[Provided records — start]
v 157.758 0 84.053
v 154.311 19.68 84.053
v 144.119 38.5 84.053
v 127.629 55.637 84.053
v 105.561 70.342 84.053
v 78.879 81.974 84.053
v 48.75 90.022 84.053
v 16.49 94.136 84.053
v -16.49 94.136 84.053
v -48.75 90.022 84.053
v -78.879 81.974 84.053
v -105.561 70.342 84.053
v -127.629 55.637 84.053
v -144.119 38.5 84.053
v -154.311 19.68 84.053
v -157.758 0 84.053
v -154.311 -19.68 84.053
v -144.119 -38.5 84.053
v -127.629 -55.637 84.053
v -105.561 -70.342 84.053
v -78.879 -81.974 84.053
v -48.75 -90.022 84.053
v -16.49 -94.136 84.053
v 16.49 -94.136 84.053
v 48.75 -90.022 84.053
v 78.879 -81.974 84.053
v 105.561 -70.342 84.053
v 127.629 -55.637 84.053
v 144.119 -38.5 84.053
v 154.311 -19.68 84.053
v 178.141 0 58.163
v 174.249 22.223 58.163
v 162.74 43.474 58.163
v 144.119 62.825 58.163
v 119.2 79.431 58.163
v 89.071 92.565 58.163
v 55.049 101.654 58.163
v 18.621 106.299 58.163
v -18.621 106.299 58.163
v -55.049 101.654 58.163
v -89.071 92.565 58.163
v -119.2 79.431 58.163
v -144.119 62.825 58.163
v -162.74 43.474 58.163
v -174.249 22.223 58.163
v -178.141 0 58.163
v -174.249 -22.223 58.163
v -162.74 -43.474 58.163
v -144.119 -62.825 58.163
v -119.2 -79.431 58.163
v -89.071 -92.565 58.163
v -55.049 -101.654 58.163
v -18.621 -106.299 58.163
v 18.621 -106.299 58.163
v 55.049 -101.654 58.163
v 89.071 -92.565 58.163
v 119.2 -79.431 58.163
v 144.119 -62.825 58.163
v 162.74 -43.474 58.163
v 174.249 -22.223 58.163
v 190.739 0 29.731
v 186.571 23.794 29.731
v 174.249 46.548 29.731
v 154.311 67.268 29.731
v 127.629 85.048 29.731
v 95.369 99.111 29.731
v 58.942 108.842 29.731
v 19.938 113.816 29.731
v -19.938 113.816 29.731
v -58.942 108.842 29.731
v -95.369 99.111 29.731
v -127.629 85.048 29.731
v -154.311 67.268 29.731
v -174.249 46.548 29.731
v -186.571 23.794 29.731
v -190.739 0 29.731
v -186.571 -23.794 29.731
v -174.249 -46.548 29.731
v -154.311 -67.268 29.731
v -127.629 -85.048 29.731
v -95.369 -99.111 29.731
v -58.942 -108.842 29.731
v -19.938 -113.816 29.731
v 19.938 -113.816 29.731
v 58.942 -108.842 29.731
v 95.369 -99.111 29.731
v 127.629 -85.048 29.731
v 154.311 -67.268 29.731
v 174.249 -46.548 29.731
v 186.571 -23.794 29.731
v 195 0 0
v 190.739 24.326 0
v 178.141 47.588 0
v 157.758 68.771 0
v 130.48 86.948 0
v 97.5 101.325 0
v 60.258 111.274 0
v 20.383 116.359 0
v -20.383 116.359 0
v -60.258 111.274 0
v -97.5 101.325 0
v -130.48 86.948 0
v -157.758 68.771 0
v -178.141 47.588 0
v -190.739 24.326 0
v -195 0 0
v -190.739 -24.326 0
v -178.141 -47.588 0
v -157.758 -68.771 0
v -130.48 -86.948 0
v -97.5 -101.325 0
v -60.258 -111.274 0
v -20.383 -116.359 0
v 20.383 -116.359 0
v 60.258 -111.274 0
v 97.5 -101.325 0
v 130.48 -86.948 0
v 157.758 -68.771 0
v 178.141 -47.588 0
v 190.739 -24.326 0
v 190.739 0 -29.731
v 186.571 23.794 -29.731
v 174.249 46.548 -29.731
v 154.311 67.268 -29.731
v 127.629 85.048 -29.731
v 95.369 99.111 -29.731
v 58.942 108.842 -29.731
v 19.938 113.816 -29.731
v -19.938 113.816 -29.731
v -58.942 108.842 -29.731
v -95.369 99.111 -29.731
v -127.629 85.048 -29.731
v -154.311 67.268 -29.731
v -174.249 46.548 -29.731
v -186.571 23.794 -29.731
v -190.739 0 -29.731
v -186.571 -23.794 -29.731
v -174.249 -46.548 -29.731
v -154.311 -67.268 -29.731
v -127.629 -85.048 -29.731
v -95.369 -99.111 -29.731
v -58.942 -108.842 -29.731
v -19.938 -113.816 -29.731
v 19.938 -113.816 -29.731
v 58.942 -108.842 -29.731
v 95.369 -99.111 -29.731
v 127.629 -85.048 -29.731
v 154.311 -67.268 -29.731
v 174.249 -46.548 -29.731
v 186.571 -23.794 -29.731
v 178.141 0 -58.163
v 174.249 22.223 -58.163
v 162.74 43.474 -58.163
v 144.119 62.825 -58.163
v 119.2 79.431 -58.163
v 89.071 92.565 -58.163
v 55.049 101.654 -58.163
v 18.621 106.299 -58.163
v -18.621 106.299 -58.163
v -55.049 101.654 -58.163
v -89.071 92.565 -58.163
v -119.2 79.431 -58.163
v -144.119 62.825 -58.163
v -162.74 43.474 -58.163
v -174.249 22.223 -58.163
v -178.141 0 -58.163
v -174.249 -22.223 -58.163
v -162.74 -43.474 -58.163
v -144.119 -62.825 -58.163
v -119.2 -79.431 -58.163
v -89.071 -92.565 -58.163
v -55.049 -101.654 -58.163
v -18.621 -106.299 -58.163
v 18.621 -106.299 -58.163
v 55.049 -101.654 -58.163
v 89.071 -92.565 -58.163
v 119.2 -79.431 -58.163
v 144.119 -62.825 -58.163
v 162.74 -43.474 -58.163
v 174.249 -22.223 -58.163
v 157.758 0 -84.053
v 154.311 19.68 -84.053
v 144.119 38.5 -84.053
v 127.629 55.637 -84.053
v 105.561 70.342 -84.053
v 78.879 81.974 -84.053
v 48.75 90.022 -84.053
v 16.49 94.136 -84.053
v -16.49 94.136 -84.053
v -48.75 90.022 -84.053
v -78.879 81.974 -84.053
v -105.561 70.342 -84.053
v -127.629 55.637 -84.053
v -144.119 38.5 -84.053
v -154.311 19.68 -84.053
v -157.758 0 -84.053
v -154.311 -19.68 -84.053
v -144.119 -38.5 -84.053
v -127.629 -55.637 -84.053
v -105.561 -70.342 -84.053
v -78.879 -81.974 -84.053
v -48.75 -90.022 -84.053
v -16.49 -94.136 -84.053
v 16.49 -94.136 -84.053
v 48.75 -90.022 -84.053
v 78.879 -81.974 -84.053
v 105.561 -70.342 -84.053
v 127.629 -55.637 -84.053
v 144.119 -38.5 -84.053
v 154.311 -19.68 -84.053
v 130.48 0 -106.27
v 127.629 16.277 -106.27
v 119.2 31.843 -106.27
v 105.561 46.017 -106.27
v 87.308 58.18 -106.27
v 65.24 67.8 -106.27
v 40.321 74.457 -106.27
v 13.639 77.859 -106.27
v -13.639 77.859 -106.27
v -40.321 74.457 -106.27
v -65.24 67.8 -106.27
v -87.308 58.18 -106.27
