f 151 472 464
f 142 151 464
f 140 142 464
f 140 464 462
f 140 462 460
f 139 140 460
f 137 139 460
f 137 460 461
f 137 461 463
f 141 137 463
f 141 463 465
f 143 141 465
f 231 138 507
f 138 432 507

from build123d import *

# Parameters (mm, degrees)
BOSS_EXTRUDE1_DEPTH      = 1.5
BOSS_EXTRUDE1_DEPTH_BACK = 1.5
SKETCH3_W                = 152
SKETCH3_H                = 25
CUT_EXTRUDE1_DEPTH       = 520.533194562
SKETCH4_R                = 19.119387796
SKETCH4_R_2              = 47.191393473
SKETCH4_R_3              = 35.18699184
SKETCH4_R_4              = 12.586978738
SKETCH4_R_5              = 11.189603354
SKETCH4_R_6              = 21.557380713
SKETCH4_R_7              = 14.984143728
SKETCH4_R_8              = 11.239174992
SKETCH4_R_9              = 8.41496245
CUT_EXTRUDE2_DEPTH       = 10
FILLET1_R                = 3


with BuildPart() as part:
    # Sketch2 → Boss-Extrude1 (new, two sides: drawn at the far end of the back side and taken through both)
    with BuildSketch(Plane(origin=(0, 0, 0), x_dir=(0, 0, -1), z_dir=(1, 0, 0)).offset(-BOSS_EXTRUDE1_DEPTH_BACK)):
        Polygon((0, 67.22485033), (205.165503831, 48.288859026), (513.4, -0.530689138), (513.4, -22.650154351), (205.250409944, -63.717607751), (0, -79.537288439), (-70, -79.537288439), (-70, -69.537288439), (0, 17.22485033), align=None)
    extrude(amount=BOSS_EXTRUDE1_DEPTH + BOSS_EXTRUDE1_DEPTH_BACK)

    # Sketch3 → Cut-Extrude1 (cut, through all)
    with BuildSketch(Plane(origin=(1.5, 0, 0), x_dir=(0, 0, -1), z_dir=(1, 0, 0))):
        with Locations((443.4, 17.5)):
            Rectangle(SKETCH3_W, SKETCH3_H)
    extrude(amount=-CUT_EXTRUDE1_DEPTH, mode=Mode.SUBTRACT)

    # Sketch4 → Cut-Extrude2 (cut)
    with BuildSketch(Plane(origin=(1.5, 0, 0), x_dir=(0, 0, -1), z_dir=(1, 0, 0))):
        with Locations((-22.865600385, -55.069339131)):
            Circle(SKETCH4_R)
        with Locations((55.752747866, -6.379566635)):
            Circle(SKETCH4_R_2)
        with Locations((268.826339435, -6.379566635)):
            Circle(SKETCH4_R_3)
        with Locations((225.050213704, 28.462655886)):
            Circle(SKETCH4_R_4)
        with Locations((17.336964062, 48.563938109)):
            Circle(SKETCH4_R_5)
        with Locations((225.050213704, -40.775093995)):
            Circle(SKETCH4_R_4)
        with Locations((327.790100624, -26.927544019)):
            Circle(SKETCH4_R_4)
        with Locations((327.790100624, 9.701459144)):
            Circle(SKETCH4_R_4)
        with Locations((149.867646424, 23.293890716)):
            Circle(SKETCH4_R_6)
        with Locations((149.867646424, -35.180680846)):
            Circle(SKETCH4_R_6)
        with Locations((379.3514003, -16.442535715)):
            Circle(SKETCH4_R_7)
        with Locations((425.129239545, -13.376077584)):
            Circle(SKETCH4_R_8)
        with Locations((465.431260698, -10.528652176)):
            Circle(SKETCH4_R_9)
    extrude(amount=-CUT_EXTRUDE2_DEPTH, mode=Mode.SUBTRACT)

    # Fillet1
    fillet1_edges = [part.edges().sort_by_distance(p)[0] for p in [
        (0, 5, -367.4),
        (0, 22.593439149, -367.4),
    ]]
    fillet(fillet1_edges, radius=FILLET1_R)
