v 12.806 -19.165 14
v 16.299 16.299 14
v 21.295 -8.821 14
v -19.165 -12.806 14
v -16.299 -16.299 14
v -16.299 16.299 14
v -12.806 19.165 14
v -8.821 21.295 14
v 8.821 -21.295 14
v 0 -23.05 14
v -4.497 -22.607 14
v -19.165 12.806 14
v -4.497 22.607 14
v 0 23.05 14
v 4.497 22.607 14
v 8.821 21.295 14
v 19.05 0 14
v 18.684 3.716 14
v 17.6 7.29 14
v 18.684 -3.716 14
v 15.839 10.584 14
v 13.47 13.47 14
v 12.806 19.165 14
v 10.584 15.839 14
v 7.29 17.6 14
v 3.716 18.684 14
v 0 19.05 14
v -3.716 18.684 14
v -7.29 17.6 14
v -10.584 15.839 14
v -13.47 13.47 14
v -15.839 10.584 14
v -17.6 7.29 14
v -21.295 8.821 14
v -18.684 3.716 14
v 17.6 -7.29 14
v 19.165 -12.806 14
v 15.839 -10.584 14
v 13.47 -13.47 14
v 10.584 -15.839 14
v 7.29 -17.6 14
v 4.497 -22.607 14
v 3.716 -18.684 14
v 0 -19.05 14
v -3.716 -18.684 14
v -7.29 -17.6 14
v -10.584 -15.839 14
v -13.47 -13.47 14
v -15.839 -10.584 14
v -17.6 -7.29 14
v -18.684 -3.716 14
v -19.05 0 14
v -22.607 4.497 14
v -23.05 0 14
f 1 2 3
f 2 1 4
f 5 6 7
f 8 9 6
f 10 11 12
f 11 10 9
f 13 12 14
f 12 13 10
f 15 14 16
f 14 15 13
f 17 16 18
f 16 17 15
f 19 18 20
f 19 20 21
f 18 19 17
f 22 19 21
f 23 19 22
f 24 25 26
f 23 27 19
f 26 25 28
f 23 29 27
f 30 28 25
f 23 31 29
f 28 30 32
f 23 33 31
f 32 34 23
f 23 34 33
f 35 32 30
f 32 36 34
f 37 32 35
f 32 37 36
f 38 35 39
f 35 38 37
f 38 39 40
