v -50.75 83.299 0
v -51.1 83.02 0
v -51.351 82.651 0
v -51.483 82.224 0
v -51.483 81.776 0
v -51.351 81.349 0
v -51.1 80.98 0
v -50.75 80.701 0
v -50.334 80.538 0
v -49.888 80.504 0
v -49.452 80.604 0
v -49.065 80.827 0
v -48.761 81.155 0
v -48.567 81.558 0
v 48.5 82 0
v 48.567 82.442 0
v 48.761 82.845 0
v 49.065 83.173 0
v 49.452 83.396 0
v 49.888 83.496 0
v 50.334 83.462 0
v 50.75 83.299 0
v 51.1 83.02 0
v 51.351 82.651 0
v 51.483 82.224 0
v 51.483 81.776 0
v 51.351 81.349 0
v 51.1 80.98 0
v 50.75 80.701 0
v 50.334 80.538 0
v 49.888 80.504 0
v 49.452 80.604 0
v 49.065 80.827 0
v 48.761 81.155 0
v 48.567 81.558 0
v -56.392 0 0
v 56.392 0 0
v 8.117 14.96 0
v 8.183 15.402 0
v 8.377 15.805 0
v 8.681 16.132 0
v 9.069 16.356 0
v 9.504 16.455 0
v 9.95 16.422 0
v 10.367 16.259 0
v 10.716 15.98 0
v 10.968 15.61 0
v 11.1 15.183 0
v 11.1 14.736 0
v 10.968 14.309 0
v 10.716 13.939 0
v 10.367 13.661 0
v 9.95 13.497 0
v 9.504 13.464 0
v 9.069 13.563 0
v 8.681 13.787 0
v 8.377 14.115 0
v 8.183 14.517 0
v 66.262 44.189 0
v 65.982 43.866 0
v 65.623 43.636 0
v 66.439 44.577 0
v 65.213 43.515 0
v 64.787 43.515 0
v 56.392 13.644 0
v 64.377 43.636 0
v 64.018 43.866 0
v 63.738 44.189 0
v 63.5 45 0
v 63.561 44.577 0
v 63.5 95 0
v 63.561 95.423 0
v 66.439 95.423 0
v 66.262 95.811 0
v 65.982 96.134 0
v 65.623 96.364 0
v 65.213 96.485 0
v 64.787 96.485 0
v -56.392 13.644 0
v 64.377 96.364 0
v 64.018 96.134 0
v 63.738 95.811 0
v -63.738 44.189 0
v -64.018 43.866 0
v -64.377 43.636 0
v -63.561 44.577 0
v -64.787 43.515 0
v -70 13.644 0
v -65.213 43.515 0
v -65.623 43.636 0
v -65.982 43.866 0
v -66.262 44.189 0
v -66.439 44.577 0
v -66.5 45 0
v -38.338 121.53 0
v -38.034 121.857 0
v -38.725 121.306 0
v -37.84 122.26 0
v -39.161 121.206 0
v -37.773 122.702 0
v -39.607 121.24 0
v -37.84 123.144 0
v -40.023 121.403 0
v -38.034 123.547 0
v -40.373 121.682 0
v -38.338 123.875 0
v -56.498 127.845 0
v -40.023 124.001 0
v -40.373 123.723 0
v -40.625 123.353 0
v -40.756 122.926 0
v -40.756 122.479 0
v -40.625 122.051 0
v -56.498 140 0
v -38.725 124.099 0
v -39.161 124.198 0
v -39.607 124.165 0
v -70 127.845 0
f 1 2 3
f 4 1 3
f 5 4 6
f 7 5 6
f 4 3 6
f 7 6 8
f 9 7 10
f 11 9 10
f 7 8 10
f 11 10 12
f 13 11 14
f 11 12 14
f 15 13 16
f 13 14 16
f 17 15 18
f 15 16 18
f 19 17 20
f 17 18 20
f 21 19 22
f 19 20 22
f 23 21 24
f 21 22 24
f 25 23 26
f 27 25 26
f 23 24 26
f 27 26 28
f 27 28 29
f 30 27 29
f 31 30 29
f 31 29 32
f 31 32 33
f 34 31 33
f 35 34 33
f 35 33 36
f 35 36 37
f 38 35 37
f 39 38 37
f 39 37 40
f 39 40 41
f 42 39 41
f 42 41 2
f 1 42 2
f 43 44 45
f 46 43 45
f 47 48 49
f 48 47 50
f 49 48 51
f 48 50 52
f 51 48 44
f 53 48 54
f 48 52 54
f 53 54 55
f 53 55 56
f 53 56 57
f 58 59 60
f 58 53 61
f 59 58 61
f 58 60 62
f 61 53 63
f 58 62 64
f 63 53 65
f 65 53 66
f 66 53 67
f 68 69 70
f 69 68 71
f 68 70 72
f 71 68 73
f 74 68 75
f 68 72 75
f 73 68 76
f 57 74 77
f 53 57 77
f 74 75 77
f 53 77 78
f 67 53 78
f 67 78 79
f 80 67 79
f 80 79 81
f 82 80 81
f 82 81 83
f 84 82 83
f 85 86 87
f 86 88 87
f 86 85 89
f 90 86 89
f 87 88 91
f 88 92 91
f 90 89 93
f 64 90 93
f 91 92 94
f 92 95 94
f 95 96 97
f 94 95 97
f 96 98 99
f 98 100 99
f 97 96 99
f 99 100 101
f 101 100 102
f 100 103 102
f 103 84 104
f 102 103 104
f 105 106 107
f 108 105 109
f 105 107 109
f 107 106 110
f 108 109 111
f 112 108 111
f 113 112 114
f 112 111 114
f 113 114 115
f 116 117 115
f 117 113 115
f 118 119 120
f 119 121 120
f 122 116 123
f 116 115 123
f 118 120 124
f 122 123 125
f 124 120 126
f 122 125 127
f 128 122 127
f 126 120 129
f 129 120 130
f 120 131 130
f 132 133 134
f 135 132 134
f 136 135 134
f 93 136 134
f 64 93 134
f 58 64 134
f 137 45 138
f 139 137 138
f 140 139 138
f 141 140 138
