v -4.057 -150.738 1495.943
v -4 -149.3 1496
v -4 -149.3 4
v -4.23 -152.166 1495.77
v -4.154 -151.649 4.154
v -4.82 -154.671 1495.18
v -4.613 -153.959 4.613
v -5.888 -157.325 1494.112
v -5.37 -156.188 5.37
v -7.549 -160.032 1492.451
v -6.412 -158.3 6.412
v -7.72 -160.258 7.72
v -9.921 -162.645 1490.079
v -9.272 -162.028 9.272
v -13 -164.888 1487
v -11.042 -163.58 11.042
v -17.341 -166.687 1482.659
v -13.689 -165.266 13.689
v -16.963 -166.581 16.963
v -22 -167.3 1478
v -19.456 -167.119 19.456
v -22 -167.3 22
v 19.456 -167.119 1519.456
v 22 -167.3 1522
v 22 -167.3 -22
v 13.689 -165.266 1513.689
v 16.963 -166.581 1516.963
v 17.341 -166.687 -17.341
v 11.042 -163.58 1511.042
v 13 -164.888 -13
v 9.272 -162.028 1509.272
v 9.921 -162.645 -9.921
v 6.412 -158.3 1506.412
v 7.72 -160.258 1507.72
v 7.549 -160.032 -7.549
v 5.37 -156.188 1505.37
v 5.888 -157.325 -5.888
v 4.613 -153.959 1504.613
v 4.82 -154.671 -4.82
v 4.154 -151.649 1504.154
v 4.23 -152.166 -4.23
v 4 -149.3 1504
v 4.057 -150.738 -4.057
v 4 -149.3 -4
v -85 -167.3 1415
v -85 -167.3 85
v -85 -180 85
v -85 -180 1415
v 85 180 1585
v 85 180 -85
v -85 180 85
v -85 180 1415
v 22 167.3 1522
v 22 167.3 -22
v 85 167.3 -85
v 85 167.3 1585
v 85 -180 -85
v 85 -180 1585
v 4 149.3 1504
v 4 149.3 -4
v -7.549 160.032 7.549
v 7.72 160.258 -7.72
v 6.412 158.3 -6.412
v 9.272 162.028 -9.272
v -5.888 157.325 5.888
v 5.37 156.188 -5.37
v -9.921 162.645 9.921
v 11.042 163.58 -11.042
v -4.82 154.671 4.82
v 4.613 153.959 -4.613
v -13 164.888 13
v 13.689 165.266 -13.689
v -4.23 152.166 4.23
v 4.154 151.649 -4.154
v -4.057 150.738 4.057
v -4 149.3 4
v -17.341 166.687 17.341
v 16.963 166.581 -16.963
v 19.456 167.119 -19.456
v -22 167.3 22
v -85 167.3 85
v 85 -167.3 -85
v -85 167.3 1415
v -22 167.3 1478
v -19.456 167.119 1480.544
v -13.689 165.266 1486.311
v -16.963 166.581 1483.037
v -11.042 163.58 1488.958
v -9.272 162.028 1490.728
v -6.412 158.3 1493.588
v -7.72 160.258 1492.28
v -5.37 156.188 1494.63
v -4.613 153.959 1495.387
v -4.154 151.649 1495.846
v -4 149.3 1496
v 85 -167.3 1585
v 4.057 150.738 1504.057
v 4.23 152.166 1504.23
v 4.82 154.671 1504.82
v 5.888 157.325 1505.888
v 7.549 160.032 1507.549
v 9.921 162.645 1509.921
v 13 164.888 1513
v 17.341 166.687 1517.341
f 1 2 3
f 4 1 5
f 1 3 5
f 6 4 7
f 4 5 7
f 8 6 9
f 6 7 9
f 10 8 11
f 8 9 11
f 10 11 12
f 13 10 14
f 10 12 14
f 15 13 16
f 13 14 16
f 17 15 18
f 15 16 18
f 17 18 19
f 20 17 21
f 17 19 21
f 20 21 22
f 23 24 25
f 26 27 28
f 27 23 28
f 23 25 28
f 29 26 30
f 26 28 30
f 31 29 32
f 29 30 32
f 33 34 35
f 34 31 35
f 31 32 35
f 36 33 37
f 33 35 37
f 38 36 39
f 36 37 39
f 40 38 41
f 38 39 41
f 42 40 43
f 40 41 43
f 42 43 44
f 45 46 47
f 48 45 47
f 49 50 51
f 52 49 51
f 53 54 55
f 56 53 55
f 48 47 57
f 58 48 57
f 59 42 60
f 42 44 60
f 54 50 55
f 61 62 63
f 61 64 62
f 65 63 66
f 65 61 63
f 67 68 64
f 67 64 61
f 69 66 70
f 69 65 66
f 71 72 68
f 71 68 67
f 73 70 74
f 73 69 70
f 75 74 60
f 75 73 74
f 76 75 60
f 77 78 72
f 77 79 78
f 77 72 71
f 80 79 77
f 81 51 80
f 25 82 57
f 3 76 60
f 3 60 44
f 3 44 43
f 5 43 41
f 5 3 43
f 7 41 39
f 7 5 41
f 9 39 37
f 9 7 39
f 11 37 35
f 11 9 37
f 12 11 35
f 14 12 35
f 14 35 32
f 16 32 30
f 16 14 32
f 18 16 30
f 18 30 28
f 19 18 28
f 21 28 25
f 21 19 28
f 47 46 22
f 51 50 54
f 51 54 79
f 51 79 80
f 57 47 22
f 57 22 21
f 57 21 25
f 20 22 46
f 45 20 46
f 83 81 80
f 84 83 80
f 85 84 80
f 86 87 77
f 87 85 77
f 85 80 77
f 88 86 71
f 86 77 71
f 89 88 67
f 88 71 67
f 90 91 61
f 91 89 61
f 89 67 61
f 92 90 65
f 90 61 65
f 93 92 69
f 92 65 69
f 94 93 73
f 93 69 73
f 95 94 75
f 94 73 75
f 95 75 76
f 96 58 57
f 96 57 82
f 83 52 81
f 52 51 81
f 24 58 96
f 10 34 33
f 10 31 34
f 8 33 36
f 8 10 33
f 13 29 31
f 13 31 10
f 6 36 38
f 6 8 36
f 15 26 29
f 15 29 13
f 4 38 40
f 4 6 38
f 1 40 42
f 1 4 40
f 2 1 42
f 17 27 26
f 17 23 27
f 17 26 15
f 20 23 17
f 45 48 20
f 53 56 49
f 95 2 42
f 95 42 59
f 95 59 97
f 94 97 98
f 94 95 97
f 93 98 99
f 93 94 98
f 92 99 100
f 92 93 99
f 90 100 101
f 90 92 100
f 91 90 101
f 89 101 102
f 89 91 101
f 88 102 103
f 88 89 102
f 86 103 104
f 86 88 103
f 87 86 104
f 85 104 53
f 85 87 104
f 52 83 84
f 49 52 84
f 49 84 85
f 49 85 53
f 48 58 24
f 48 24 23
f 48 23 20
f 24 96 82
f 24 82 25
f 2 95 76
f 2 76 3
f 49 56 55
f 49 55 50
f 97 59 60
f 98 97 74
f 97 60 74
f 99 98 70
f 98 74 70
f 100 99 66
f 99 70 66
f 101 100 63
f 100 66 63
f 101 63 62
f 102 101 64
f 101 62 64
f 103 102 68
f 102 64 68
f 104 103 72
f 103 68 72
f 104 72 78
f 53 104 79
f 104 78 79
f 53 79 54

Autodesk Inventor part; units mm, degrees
ref_plane "Start Plane" through (0, 0, -85) normal (0, 0, 1) x (1, 0, 0)
ref_plane "End Plane" through (0, 0, 1585) normal (0, 0, 1) x (1, 0, 0)
sketch "Sketch" plane through (0, 0, 0) normal (0, 0, 1) x (1, 0, 0)
  line L0 (-85, 167.3) -> (-22, 167.3)
  line L1 (-85, 180) -> (-85, 167.3)
  line L2 (85, 180) -> (-85, 180)
  line L3 (85, 167.3) -> (85, 180)
  line L4 (22, 167.3) -> (85, 167.3)
  line L5 (4, -149.3) -> (4, 149.3)
  line L6 (85, -167.3) -> (22, -167.3)
  line L7 (85, -180) -> (85, -167.3)
  line L8 (-85, -167.3) -> (-85, -180)
  line L9 (-22, -167.3) -> (-85, -167.3)
  line L10 (-4, 149.3) -> (-4, -149.3)
  line L11 (0, -252) -> (0, 252) construction
  line L12 (-4, -167.3) -> (4, -167.3) construction
  arc A0 (-22, -167.3) -> (-4, -149.3) centre (-22, -149.3) ccw
  arc A1 (-4, 149.3) -> (-22, 167.3) centre (-22, 149.3) ccw
  arc A2 (22, 167.3) -> (4, 149.3) centre (22, 149.3) ccw
  arc A3 (4, -149.3) -> (22, -167.3) centre (22, -149.3) ccw
  line L13 (-119, 0) -> (119, 0) construction
  line L14 (-85, -180) -> (85, -180)
  point P0 (-4, 167.3)
  point P1 (4, 167.3)
  point P2 (0, 0)
  point P3 (0, -167.3)
  point P4 (0, 0)
  dimension "d1" = 360
  dimension "d3" = 12.7
  dimension "d5" = 8
  dimension "d7" = 170
  dimension "d13" = 18
  dimension "d14" = 180
  dimension "d15" = 85
extrude "Body" add sketch "Sketch" along normal up to surface (1670 mm away) from surface at -85
sketch "Sketch3" plane through (0, 0, 0) normal (0, 0, 1) x (1, 0, 0)
  line L0 (0, 0) -> (10, 0)
ref_plane "Work Plane3" through (0, 0, 0) normal (0, -1, 0) x (1, 0, 0)
ref_plane "Work Plane4" through (85, 0, 1585) normal (-0.7071, 0, 0.7071) x (0.7071, 0, 0.7071)
split "Split1" plane through (85, 0, 1585) removes the side toward (-0.7071, 0, 0.7071)
ref_plane "Work Plane5" through (85, 0, -85) normal (-0.7071, 0, -0.7071) x (-0.7071, 0, 0.7071)
split "Split2" plane through (85, 0, -85) removes the side toward (-0.7071, 0, -0.7071)
sketch "Sketch4" plane through (0, 0, 0) normal (0, -1, 0) x (1, 0, 0)
  line L0 (-2, -85) -> (12, -85) projected
  line L1 (-2, 1585) -> (12, 1585) projected
  dimension "d19" = 1670
equation "\"d1\" = ParH"
equation "\"d3\" = t2"
equation "\"d5\" = t1"
equation "\"d7\" = b"
equation "\"d13\" = R1"
equation "\"d14\" = 0.5 * d1"
equation "\"d15\" = 0.5 * d7"
equation "\"d8\" = G_L"
equation "\"b\" = 170"
equation "\"ParH\" = 360"
equation "\"R1\" = 18"
equation "\"G_L\" = d19"
equation "\"t1\" = 8"
equation "\"t2\" = 12.7"
equation "\"G_OFFSET_START\" = 85"
equation "\"G_OFFSET_END\" = 85"
equation "\"d16\" = -G_OFFSET_START"
equation "\"d17\" = G_OFFSET_END + B_L"
equation "\"B_L\" = 1500"
properties part number "DIN 1025 - IPE 360-1670" material "Steel, Mild"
[Provided records — finish]
Assignment:
Return nothing but the lines from the top of the records above through the line that has "v 105.561 -70.342 84.053". Keep each one exact.

Expected answer:
v 157.758 0 84.053
v 154.311 19.68 84.053
v 144.119 38.5 84.053
v 127.629 55.637 84.053
v 105.561 70.342 84.053
v 78.879 81.974 84.053
v 48.75 90.022 84.053
v 16.49 94.136 84.053
v -16.49 94.136 84.053
v -48.75 90.022 84.053
v -78.879 81.974 84.053
v -105.561 70.342 84.053
v -127.629 55.637 84.053
v -144.119 38.5 84.053
v -154.311 19.68 84.053
v -157.758 0 84.053
v -154.311 -19.68 84.053
v -144.119 -38.5 84.053
v -127.629 -55.637 84.053
v -105.561 -70.342 84.053
v -78.879 -81.974 84.053
v -48.75 -90.022 84.053
v -16.49 -94.136 84.053
v 16.49 -94.136 84.053
v 48.75 -90.022 84.053
v 78.879 -81.974 84.053
v 105.561 -70.342 84.053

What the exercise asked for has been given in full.